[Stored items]
━━━━━━━━━━━━━━━━

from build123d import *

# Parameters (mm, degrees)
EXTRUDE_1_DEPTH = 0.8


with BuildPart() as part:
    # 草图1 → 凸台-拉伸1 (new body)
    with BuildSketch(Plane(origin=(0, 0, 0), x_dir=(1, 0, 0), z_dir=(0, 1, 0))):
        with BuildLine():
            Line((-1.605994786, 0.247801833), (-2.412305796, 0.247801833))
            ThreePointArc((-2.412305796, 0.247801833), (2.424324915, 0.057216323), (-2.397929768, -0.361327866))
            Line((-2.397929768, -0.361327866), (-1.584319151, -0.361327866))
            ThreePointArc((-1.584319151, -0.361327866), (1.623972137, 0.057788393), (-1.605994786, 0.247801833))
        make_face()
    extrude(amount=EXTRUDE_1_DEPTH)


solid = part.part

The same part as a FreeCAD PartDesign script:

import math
import FreeCAD as App
import Part
import Sketcher
from FreeCAD import Vector
Q = App.Units.Quantity

doc = App.newDocument("Part")
body = doc.addObject("PartDesign::Body", "Body")

# Sketch on XZ plane
sketch1 = body.newObject("Sketcher::SketchObject", "Sketch")
sketch1.AttachmentSupport = (doc.getObject("XZ_Plane"), [""])
sketch1.MapMode = "FlatFace"
sketch1.addGeometry([
    Part.LineSegment(Vector(-2.4, -0.2, 0), Vector(-1.6, -0.2, 0)),
    Part.ArcOfCircle(Part.Circle(Vector(0, 0, 0), Vector(0, 0, 1), 1.6), math.radians(-171), math.radians(167)),
    Part.LineSegment(Vector(-1.6, 0.4, 0), Vector(-2.4, 0.4, 0)),
    Part.ArcOfCircle(Part.Circle(Vector(0, 0, 0), Vector(0, 0, 1), 2.4), math.radians(-174), math.radians(171)),
], False)
sketch1.addConstraint([
    Sketcher.Constraint("Coincident", 0, 2, 1, 1),
    Sketcher.Constraint("Coincident", 1, 2, 2, 1),
    Sketcher.Constraint("Coincident", 2, 2, 3, 2),
    Sketcher.Constraint("Coincident", 3, 1, 0, 1),
    Sketcher.Constraint("Horizontal", 0),
    Sketcher.Constraint("Horizontal", 2),
    Sketcher.Constraint("Coincident", 1, 3, -1, 1),
    Sketcher.Constraint("Coincident", 3, 3, -1, 1),
    Sketcher.Constraint("Radius", 1, Q("1.625 mm")),
    Sketcher.Constraint("Radius", 3, Q("2.425 mm")),
    Sketcher.Constraint("DistanceX", 0, 1, 0, 2, Q("0.806311 mm")),
    Sketcher.Constraint("DistanceX", 2, 2, 2, 1, Q("0.813611 mm")),
])
pad1 = body.newObject("PartDesign::Pad", "Pad")
pad1.Profile = sketch1
pad1.Length = 0.8
pad1.Reversed = True

doc.recompute()
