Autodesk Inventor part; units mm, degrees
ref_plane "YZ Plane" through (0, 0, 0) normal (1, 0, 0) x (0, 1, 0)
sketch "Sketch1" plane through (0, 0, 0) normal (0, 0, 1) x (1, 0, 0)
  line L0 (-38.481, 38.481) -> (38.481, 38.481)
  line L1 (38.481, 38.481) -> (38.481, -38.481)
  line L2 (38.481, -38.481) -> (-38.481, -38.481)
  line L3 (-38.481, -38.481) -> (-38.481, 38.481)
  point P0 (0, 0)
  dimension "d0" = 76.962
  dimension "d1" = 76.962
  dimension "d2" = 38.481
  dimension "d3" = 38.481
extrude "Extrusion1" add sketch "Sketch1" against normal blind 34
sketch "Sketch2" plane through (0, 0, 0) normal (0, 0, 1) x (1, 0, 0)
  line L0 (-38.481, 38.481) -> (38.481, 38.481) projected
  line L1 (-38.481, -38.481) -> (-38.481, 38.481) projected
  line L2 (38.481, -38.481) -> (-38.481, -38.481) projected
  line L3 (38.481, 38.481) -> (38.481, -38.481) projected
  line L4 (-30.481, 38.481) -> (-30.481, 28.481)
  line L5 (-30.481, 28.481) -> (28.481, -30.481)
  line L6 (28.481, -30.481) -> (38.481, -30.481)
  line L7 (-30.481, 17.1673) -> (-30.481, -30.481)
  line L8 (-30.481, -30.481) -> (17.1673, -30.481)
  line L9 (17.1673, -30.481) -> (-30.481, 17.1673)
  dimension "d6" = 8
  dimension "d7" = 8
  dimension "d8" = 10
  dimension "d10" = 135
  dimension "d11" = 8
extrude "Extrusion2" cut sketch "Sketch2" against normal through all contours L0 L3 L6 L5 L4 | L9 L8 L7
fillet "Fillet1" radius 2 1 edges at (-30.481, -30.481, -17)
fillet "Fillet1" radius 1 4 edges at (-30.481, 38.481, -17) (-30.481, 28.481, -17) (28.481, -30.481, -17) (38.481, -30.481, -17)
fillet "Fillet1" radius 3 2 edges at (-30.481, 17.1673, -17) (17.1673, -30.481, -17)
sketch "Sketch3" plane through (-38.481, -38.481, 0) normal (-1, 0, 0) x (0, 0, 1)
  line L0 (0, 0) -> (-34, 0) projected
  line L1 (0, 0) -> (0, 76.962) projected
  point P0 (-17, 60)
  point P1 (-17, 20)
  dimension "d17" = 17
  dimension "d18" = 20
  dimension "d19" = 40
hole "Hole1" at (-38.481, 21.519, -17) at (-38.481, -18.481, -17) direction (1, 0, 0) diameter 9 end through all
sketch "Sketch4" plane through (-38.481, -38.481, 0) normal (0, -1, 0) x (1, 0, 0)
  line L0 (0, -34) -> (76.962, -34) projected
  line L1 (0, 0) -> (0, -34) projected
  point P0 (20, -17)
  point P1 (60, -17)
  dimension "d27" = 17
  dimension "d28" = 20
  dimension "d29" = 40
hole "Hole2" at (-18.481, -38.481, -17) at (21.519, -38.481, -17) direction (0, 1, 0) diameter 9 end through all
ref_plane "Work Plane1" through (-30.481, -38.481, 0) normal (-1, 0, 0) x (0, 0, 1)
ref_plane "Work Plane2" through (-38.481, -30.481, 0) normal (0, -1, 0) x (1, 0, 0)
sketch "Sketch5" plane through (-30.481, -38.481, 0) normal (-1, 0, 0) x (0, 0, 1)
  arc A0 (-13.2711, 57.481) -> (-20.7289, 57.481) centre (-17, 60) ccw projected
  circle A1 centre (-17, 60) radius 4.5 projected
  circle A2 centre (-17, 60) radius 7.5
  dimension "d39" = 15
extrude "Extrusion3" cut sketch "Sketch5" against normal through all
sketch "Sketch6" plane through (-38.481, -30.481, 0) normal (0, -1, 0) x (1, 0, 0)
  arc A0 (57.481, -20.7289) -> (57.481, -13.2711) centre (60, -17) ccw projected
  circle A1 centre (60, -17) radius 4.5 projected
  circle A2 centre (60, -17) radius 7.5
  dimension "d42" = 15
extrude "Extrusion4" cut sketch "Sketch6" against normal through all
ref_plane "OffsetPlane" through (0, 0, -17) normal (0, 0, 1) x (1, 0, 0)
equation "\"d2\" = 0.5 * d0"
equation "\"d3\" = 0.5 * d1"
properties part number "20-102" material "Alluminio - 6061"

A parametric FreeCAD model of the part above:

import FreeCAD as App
import Part
import Sketcher
Q = App.Units.Quantity


def edges_at(feature, points):
    """Names of the edges that pass closest to the given points."""
    edges = feature.Shape.Edges
    near = lambda p: min(range(len(edges)), key=lambda i: edges[i].distToShape(Part.Vertex(*p))[0])
    return sorted({f"Edge{near(p) + 1}" for p in points})

doc = App.newDocument("Part")
params = doc.addObject("Spreadsheet::Sheet", "Params")
for row, (alias, value) in enumerate([
    ("pad1_length", "34 mm"),
    ("sketch2_width", "10 mm"),
    ("fillet_radius", "2 mm"),
    ("fillet2_radius", "1 mm"),
    ("fillet3_radius", "3 mm"),
    ("sketch3_diameter", "9 mm"),
    ("hole_diameter", "9 mm"),
    ("sketch4_diameter", "9 mm"),
    ("hole2_diameter", "9 mm"),
    ("sketch5_diameter", "15 mm"),
    ("sketch5_diameter2", "9 mm"),
    ("sketch6_diameter", "15 mm"),
    ("sketch6_diameter2", "9 mm"),
], start=1):
    params.set(f"A{row}", alias)
    params.set(f"B{row}", "=" + value)
    params.setAlias(f"B{row}", alias)

body = doc.addObject("PartDesign::Body", "Body")

sketch1 = body.newObject("Sketcher::SketchObject", "Sketch")
sketch1.AttachmentSupport = (doc.getObject("XY_Plane"), [""])
sketch1.MapMode = "FlatFace"
sketch1.addGeometry([
    Part.LineSegment(App.Vector(38, 38, 0), App.Vector(-38, 38, 0)),
    Part.LineSegment(App.Vector(-38, 38, 0), App.Vector(-38, -38, 0)),
    Part.LineSegment(App.Vector(-38, -38, 0), App.Vector(38, -38, 0)),
    Part.LineSegment(App.Vector(38, -38, 0), App.Vector(38, 38, 0)),
], False)
sketch1.addConstraint([
    Sketcher.Constraint("Coincident", 0, 2, 1, 1),
    Sketcher.Constraint("Coincident", 1, 2, 2, 1),
    Sketcher.Constraint("Coincident", 2, 2, 3, 1),
    Sketcher.Constraint("Coincident", 3, 2, 0, 1),
    Sketcher.Constraint("Horizontal", 0),
    Sketcher.Constraint("Vertical", 1),
    Sketcher.Constraint("Horizontal", 2),
    Sketcher.Constraint("Vertical", 3),
    Sketcher.Constraint("Symmetric", 0, 2, 2, 2, -1, 1),
    Sketcher.Constraint("Equal", 2, 1),
    Sketcher.Constraint("DistanceX", 0, 2, 0, 1, Q("76.962 mm")),
])
pad1 = body.newObject("PartDesign::Pad", "Pad")
pad1.Profile = sketch1
pad1.setExpression("Length", "Params.pad1_length")
pad1.Reversed = True

sketch2 = body.newObject("Sketcher::SketchObject", "Sketch001")
sketch2.AttachmentSupport = (doc.getObject("XY_Plane"), [""])
sketch2.MapMode = "FlatFace"
sketch2.addGeometry([
    Part.LineSegment(App.Vector(38, 38, 0), App.Vector(-30, 38, 0)),
    Part.LineSegment(App.Vector(-30, 38, 0), App.Vector(-30, 28, 0)),
    Part.LineSegment(App.Vector(-30, 28, 0), App.Vector(28, -30, 0)),
    Part.LineSegment(App.Vector(28, -30, 0), App.Vector(38, -30, 0)),
    Part.LineSegment(App.Vector(38, -30, 0), App.Vector(38, 38, 0)),
    Part.LineSegment(App.Vector(17, -30, 0), App.Vector(-30, 17, 0)),
    Part.LineSegment(App.Vector(-30, 17, 0), App.Vector(-30, -30, 0)),
    Part.LineSegment(App.Vector(-30, -30, 0), App.Vector(17, -30, 0)),
], False)
sketch2.addConstraint([
    Sketcher.Constraint("Coincident", 0, 2, 1, 1),
    Sketcher.Constraint("Coincident", 1, 2, 2, 1),
    Sketcher.Constraint("Coincident", 2, 2, 3, 1),
    Sketcher.Constraint("Coincident", 3, 2, 4, 1),
    Sketcher.Constraint("Coincident", 4, 2, 0, 1),
    Sketcher.Constraint("Coincident", 5, 2, 6, 1),
    Sketcher.Constraint("Coincident", 6, 2, 7, 1),
    Sketcher.Constraint("Coincident", 7, 2, 5, 1),
    Sketcher.Constraint("Horizontal", 0),
    Sketcher.Constraint("Vertical", 1),
    Sketcher.Constraint("Horizontal", 3),
    Sketcher.Constraint("Vertical", 4),
    Sketcher.Constraint("Vertical", 6),
    Sketcher.Constraint("Horizontal", 7),
    Sketcher.Constraint("Parallel", 2, 5),
    Sketcher.Constraint("Horizontal", 3, 2, 6, 2),
    Sketcher.Constraint("Vertical", 1, 2, 5, 2),
    Sketcher.Constraint("Equal", 3, 1),
    Sketcher.Constraint("Equal", 0, 4),
    Sketcher.Constraint("DistanceX", 3, 1, 3, 2, Q("10 mm")),
    Sketcher.Constraint("DistanceX", 0, 2, 0, 1, Q("68.962 mm")),
    Sketcher.Constraint("DistanceX", 7, 1, 7, 2, Q("47.6483 mm")),
    Sketcher.Constraint("DistanceX", 0, 2, -1, 1, Q("30.481 mm")),
    Sketcher.Constraint("DistanceY", -1, 1, 0, 2, Q("38.481 mm")),
])
sketch2.setExpression("Constraints[19]", "Params.sketch2_width")
pocket1 = body.newObject("PartDesign::Pocket", "Pocket")
pocket1.Profile = sketch2
pocket1.Type = "ThroughAll"
doc.recompute()

fillet = body.newObject("PartDesign::Fillet", "Fillet")
fillet.Base = (pocket1, edges_at(pocket1, [(-30.481, -30.481, -17)]))
fillet.setExpression("Radius", "Params.fillet_radius")
doc.recompute()

fillet2 = body.newObject("PartDesign::Fillet", "Fillet001")
fillet2.Base = (fillet, edges_at(fillet, [
    (-30.481, 38.481, -17),
    (-30.481, 28.481, -17),
    (28.481, -30.481, -17),
    (38.481, -30.481, -17),
]))
fillet2.setExpression("Radius", "Params.fillet2_radius")
doc.recompute()

fillet3 = body.newObject("PartDesign::Fillet", "Fillet002")
fillet3.Base = (fillet2, edges_at(fillet2, [(-30.481, 17.167, -17), (17.167, -30.481, -17)]))
fillet3.setExpression("Radius", "Params.fillet3_radius")

sketch3 = body.newObject("Sketcher::SketchObject", "Sketch002")
sketch3.AttachmentSupport = (doc.getObject("YZ_Plane"), [""])
sketch3.MapMode = "FlatFace"
sketch3.AttachmentOffset = App.Placement(App.Vector(0, 0, -38.481), App.Rotation())
sketch3.addGeometry([
    Part.Circle(App.Vector(21.5, -17, 0), App.Vector(0, 0, 1), 4.5),
    Part.Circle(App.Vector(-18.5, -17, 0), App.Vector(0, 0, 1), 4.5),
], False)
sketch3.addConstraint([
    Sketcher.Constraint("Equal", 0, 1),
    Sketcher.Constraint("Horizontal", 0, 3, 1, 3),
    Sketcher.Constraint("Diameter", 0, Q("9 mm")),
    Sketcher.Constraint("DistanceY", 0, 3, -1, 1, Q("17 mm")),
    Sketcher.Constraint("DistanceX", 1, 3, 0, 3, Q("40 mm")),
    Sketcher.Constraint("DistanceX", -1, 1, 0, 3, Q("21.519 mm")),
])
sketch3.setExpression("Constraints[2]", "Params.sketch3_diameter")
doc.recompute()
hole = body.newObject("PartDesign::Hole", "Hole")
hole.Profile = sketch3
hole.ThreadType = "None"
hole.setExpression("Diameter", "Params.hole_diameter")
hole.DepthType = "ThroughAll"
hole.Reversed = True

sketch4 = body.newObject("Sketcher::SketchObject", "Sketch003")
sketch4.AttachmentSupport = (doc.getObject("XZ_Plane"), [""])
sketch4.MapMode = "FlatFace"
sketch4.AttachmentOffset = App.Placement(App.Vector(0, 0, 38.481), App.Rotation())
sketch4.addGeometry([
    Part.Circle(App.Vector(-18.5, -17, 0), App.Vector(0, 0, 1), 4.5),
    Part.Circle(App.Vector(21.5, -17, 0), App.Vector(0, 0, 1), 4.5),
], False)
sketch4.addConstraint([
    Sketcher.Constraint("Equal", 0, 1),
    Sketcher.Constraint("Horizontal", 0, 3, 1, 3),
    Sketcher.Constraint("Diameter", 0, Q("9 mm")),
    Sketcher.Constraint("DistanceY", 0, 3, -1, 1, Q("17 mm")),
    Sketcher.Constraint("DistanceX", 0, 3, 1, 3, Q("40 mm")),
    Sketcher.Constraint("DistanceX", 0, 3, -1, 1, Q("18.481 mm")),
])
sketch4.setExpression("Constraints[2]", "Params.sketch4_diameter")
doc.recompute()
hole2 = body.newObject("PartDesign::Hole", "Hole001")
hole2.Profile = sketch4
hole2.ThreadType = "None"
hole2.setExpression("Diameter", "Params.hole2_diameter")
hole2.DepthType = "ThroughAll"

sketch5 = body.newObject("Sketcher::SketchObject", "Sketch004")
sketch5.AttachmentSupport = (doc.getObject("YZ_Plane"), [""])
sketch5.MapMode = "FlatFace"
sketch5.AttachmentOffset = App.Placement(App.Vector(0, 0, -30.481), App.Rotation())
sketch5.addGeometry([
    Part.Circle(App.Vector(21.5, -17, 0), App.Vector(0, 0, 1), 7.5),
    Part.Circle(App.Vector(21.5, -17, 0), App.Vector(0, 0, 1), 4.5),
], False)
sketch5.addConstraint([
    Sketcher.Constraint("Coincident", 1, 3, 0, 3),
    Sketcher.Constraint("Diameter", 0, Q("15 mm")),
    Sketcher.Constraint("Diameter", 1, Q("9 mm")),
    Sketcher.Constraint("DistanceY", 0, 3, -1, 1, Q("17 mm")),
    Sketcher.Constraint("DistanceX", -1, 1, 0, 3, Q("21.519 mm")),
])
sketch5.setExpression("Constraints[1]", "Params.sketch5_diameter")
sketch5.setExpression("Constraints[2]", "Params.sketch5_diameter2")
pocket2 = body.newObject("PartDesign::Pocket", "Pocket001")
pocket2.Profile = sketch5
pocket2.Type = "ThroughAll"
pocket2.Reversed = True

sketch6 = body.newObject("Sketcher::SketchObject", "Sketch005")
sketch6.AttachmentSupport = (doc.getObject("XZ_Plane"), [""])
sketch6.MapMode = "FlatFace"
sketch6.AttachmentOffset = App.Placement(App.Vector(0, 0, 30.481), App.Rotation())
sketch6.addGeometry([
    Part.Circle(App.Vector(21.5, -17, 0), App.Vector(0, 0, 1), 7.5),
    Part.Circle(App.Vector(21.5, -17, 0), App.Vector(0, 0, 1), 4.5),
], False)
sketch6.addConstraint([
    Sketcher.Constraint("Coincident", 1, 3, 0, 3),
    Sketcher.Constraint("Diameter", 0, Q("15 mm")),
    Sketcher.Constraint("Diameter", 1, Q("9 mm")),
    Sketcher.Constraint("DistanceY", 0, 3, -1, 1, Q("17 mm")),
    Sketcher.Constraint("DistanceX", -1, 1, 0, 3, Q("21.519 mm")),
])
sketch6.setExpression("Constraints[1]", "Params.sketch6_diameter")
sketch6.setExpression("Constraints[2]", "Params.sketch6_diameter2")
pocket3 = body.newObject("PartDesign::Pocket", "Pocket002")
pocket3.Profile = sketch6
pocket3.Type = "ThroughAll"

doc.recompute()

━━━━━━━━━━━━━━━━

▸ **Your objective**
Copy out each line of the entries that holds "Work".

▸ **Response to the exercise**
ref_plane "Work Plane1" through (-30.481, -38.481, 0) normal (-1, 0, 0) x (0, 0, 1)
ref_plane "Work Plane2" through (-38.481, -30.481, 0) normal (0, -1, 0) x (1, 0, 0)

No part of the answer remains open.